Stored data entries:
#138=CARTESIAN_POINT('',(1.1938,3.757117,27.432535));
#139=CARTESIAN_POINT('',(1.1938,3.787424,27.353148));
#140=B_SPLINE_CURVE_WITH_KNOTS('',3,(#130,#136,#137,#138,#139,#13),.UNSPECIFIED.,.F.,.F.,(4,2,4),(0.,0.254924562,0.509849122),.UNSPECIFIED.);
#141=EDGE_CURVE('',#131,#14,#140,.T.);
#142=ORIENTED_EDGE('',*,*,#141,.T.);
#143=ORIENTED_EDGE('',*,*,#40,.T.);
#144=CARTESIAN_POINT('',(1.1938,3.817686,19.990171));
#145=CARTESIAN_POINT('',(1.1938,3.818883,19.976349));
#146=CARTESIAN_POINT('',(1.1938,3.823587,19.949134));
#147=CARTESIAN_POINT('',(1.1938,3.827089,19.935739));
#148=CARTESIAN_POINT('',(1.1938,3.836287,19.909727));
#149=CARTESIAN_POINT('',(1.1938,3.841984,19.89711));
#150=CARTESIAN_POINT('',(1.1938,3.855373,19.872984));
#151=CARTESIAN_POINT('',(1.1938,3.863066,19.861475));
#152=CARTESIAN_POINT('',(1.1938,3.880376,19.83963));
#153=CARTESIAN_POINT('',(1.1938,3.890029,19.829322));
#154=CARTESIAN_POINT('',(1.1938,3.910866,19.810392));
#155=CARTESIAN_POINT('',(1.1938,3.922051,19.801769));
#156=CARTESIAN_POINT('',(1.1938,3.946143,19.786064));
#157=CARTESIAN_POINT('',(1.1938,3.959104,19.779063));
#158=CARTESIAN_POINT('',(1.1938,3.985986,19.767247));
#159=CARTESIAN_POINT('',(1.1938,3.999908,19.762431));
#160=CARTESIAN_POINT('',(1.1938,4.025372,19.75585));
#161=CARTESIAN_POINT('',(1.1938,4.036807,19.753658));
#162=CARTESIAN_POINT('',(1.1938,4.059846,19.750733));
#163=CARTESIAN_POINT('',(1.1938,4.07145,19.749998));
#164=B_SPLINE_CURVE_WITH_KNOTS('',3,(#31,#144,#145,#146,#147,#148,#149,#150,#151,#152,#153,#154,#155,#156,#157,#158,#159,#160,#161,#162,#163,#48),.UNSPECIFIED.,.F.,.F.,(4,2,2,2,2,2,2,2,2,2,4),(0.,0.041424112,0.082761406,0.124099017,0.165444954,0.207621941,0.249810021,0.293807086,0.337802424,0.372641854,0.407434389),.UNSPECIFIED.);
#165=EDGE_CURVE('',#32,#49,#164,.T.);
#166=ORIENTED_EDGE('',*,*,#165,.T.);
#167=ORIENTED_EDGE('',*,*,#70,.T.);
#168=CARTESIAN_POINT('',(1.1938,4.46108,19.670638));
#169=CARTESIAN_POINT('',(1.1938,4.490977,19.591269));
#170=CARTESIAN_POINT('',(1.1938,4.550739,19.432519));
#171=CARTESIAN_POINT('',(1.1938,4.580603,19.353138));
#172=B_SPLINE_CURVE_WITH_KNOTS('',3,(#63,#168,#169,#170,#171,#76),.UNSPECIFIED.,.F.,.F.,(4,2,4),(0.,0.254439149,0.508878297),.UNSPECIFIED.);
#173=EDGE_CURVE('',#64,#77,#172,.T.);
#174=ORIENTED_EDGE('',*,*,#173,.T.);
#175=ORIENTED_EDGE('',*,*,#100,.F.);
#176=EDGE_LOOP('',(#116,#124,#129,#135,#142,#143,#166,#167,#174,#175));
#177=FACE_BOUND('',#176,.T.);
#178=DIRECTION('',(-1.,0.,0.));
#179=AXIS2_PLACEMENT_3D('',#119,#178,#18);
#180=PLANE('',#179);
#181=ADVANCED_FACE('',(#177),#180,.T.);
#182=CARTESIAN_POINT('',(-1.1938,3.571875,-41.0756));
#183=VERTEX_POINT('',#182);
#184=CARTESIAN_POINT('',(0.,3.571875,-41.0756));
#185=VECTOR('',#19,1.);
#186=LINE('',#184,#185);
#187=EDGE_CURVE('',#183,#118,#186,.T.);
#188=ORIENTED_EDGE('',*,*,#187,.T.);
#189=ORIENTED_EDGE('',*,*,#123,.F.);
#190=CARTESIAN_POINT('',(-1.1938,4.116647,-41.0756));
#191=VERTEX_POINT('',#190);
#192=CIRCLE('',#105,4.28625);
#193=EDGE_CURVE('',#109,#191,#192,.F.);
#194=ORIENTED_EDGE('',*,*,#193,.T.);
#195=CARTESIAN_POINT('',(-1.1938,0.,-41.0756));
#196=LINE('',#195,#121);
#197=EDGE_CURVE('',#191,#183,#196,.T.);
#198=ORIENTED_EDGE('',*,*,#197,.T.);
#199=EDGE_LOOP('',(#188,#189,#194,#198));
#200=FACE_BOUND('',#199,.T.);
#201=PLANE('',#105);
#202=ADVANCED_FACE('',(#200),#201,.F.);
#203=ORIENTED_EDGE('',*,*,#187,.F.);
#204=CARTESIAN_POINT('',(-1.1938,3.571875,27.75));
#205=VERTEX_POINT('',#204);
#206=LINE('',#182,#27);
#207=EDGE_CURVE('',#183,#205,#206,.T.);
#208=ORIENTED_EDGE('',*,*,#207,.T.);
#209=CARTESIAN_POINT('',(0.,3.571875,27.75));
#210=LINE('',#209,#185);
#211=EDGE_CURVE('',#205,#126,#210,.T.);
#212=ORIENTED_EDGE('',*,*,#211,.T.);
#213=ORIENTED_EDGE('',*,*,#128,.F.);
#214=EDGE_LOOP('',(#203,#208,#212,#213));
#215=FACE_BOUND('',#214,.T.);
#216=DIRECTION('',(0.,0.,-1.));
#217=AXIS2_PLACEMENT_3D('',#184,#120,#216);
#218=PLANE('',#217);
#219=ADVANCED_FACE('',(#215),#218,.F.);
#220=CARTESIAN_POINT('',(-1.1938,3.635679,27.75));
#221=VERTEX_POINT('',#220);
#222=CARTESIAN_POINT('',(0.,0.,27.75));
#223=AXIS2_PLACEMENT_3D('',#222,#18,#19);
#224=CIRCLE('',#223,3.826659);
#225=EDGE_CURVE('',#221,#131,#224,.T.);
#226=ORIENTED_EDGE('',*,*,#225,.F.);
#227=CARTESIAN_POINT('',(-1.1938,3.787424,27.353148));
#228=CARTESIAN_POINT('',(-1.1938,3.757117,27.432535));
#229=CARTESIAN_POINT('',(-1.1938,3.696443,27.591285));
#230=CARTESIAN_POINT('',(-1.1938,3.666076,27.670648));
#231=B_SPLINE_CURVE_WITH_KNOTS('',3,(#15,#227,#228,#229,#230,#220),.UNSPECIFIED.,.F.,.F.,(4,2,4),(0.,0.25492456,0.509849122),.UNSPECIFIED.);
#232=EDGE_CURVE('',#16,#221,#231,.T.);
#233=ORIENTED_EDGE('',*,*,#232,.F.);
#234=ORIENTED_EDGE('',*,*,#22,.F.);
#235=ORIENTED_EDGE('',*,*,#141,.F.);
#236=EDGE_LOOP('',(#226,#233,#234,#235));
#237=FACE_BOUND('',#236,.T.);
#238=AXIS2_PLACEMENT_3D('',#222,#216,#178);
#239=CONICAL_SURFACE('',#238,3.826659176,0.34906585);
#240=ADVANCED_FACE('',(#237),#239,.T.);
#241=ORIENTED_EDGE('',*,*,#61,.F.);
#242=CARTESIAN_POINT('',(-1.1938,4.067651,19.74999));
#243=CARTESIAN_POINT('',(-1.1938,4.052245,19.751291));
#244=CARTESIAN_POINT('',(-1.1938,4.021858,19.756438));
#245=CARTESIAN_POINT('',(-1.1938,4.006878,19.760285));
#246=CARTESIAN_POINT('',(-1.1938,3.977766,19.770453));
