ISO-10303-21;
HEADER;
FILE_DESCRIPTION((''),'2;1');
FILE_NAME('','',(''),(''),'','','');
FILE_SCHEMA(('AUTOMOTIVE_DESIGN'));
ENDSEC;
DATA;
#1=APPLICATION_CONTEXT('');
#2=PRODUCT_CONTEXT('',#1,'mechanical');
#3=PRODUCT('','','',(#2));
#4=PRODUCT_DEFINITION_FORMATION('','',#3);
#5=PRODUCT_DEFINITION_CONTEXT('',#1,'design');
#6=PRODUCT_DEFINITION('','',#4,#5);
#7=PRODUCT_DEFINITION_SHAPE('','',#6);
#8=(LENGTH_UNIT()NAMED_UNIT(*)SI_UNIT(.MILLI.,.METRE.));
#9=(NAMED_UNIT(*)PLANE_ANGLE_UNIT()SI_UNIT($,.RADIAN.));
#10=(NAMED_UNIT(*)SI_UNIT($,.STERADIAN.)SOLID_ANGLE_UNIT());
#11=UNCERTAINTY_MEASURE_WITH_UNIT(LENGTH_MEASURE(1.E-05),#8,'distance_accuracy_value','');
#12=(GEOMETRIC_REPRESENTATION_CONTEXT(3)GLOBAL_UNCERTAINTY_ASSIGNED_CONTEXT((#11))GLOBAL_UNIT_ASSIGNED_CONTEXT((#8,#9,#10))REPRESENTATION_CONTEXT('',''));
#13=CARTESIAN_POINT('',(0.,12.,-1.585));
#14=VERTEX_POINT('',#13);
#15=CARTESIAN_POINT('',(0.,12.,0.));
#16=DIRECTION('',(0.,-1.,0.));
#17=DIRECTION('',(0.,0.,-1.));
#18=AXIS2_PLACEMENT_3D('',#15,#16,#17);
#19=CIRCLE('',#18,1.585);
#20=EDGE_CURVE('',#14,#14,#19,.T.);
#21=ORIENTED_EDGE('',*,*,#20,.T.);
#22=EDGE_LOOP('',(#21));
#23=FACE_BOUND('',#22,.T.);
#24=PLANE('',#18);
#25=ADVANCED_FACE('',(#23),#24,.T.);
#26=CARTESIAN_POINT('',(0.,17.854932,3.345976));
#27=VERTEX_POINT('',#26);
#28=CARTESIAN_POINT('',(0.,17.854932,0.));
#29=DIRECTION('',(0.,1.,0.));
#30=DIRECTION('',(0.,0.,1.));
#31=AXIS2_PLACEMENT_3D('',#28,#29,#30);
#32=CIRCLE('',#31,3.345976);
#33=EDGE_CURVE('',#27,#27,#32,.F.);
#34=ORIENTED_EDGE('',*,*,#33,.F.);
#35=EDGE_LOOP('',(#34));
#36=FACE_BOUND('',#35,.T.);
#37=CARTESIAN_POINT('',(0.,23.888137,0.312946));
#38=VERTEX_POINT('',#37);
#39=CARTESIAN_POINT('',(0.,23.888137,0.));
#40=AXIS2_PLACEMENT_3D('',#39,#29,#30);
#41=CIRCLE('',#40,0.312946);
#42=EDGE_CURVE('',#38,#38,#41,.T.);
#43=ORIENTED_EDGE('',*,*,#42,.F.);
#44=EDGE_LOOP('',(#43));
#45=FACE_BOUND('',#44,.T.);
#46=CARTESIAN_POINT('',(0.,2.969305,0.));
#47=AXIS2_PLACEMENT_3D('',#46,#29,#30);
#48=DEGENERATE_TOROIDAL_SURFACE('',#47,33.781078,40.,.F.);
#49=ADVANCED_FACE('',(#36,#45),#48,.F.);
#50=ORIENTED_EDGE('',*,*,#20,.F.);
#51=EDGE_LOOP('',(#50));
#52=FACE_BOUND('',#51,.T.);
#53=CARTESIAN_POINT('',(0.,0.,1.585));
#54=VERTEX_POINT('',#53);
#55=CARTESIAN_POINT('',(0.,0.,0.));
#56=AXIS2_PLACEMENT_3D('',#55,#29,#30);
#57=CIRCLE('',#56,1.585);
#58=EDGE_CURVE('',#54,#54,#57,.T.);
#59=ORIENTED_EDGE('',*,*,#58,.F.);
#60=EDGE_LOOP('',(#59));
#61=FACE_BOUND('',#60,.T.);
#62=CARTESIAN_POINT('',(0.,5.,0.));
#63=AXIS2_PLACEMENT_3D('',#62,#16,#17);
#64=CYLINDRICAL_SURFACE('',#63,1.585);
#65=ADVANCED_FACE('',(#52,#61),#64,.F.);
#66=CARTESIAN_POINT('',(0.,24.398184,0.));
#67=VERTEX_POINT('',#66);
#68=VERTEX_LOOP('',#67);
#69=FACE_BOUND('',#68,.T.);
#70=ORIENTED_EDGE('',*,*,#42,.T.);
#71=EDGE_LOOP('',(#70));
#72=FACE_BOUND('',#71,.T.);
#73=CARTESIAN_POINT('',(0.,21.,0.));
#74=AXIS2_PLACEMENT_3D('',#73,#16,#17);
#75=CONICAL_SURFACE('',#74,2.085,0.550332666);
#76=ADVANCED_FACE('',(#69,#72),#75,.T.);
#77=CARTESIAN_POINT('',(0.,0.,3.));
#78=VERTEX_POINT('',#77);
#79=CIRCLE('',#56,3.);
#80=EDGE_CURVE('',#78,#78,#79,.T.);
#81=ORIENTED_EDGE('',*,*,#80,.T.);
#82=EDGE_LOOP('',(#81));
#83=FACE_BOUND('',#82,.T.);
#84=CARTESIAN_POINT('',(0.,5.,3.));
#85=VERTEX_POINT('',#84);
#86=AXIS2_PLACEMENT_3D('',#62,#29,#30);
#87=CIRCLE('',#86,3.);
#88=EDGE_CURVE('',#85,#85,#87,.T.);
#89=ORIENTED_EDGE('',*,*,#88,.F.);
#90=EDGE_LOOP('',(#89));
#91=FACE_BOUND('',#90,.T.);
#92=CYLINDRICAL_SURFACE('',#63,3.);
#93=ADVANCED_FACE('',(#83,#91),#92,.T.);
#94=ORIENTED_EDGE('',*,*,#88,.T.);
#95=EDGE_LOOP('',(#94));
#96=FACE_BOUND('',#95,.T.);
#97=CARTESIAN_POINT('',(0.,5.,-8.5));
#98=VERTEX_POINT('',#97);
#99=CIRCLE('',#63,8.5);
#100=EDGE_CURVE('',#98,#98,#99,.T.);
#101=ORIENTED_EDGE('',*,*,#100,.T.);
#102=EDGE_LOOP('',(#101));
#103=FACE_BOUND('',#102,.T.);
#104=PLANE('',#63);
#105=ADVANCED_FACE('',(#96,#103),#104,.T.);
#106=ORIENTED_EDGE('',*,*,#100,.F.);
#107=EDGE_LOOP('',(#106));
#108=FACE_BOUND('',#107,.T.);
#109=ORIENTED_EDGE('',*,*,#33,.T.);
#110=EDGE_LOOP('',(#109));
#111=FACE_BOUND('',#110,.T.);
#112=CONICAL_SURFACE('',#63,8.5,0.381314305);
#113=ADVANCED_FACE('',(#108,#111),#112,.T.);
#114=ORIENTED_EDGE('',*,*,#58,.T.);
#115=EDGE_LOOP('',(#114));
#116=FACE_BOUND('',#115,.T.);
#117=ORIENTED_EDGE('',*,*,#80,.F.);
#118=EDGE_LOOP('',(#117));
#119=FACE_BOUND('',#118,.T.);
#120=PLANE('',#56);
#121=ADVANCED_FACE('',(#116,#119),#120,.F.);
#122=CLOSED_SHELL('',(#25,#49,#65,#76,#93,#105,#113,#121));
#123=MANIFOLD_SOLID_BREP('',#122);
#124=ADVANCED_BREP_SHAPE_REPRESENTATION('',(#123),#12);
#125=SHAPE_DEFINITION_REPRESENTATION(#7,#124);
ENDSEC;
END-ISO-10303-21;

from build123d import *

# Parameters (mm, degrees)
SKETCH1_R           = 3
SKETCH1_R_2         = 1.585
BOSS_EXTRUDE1_DEPTH = 5
FILLET1_R           = 40
SKETCH8_R           = 1.585
CUT_EXTRUDE1_DEPTH  = 7


with BuildPart() as part:
    # Sketch1 → Boss-Extrude1 (new body)
    with BuildSketch(Plane(origin=(0, 0, 0), x_dir=(1, 0, 0), z_dir=(0, 1, 0))):
        Circle(SKETCH1_R)
        Circle(SKETCH1_R_2, mode=Mode.SUBTRACT)
    extrude(amount=BOSS_EXTRUDE1_DEPTH)

    # Sketch4 → Revolve6 (revolve)
    with BuildSketch(Plane.XY):
        Polygon((8.5, 5), (2.085, 21), (0, 21), (0, 5), align=None)
    revolve(axis=Axis((0, 5, 0), (0, 1, 0)))

    # Sketch7 → Revolve7 (revolve)
    with BuildSketch(Plane.XY):
        Polygon((0, 21), (2.085, 21), (0, 24.39818393), align=None)
    revolve(axis=Axis((0, 21, 0), (0, 1, 0)))

    # Fillet1
    fillet1_edges = [part.edges().sort_by_distance(p)[0] for p in [
        (-2.085, 21, 0),
    ]]
    fillet(fillet1_edges, radius=FILLET1_R)

    # Sketch8 → Cut-Extrude1 (cut)
    with BuildSketch(Plane.XZ.offset(-5)):
        Circle(SKETCH8_R)
    extrude(amount=-CUT_EXTRUDE1_DEPTH, mode=Mode.SUBTRACT)


solid = part.part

- **Task to carry out**
As listed above, the lines from the line with "#198=ORIENTED_EDGE('',*,*,#197,.T.);" to the line with "#233=ORIENTED_EDGE('',*,*,#232,.F.);" are to be echoed exactly, with both ends included and nothing added.

- **Response**
#198=ORIENTED_EDGE('',*,*,#197,.T.);
#199=EDGE_LOOP('',(#188,#189,#194,#198));
#200=FACE_BOUND('',#199,.T.);
#201=PLANE('',#105);
#202=ADVANCED_FACE('',(#200),#201,.F.);
#203=ORIENTED_EDGE('',*,*,#187,.F.);
#204=CARTESIAN_POINT('',(-1.1938,3.571875,27.75));
#205=VERTEX_POINT('',#204);
#206=LINE('',#182,#27);
#207=EDGE_CURVE('',#183,#205,#206,.T.);
#208=ORIENTED_EDGE('',*,*,#207,.T.);
#209=CARTESIAN_POINT('',(0.,3.571875,27.75));
#210=LINE('',#209,#185);
#211=EDGE_CURVE('',#205,#126,#210,.T.);
#212=ORIENTED_EDGE('',*,*,#211,.T.);
#213=ORIENTED_EDGE('',*,*,#128,.F.);
#214=EDGE_LOOP('',(#203,#208,#212,#213));
#215=FACE_BOUND('',#214,.T.);
#216=DIRECTION('',(0.,0.,-1.));
#217=AXIS2_PLACEMENT_3D('',#184,#120,#216);
#218=PLANE('',#217);
#219=ADVANCED_FACE('',(#215),#218,.F.);
#220=CARTESIAN_POINT('',(-1.1938,3.635679,27.75));
#221=VERTEX_POINT('',#220);
#222=CARTESIAN_POINT('',(0.,0.,27.75));
#223=AXIS2_PLACEMENT_3D('',#222,#18,#19);
#224=CIRCLE('',#223,3.826659);
#225=EDGE_CURVE('',#221,#131,#224,.T.);
#226=ORIENTED_EDGE('',*,*,#225,.F.);
#227=CARTESIAN_POINT('',(-1.1938,3.787424,27.353148));
#228=CARTESIAN_POINT('',(-1.1938,3.757117,27.432535));
#229=CARTESIAN_POINT('',(-1.1938,3.696443,27.591285));
#230=CARTESIAN_POINT('',(-1.1938,3.666076,27.670648));
#231=B_SPLINE_CURVE_WITH_KNOTS('',3,(#15,#227,#228,#229,#230,#220),.UNSPECIFIED.,.F.,.F.,(4,2,4),(0.,0.25492456,0.509849122),.UNSPECIFIED.);
#232=EDGE_CURVE('',#16,#221,#231,.T.);
#233=ORIENTED_EDGE('',*,*,#232,.F.);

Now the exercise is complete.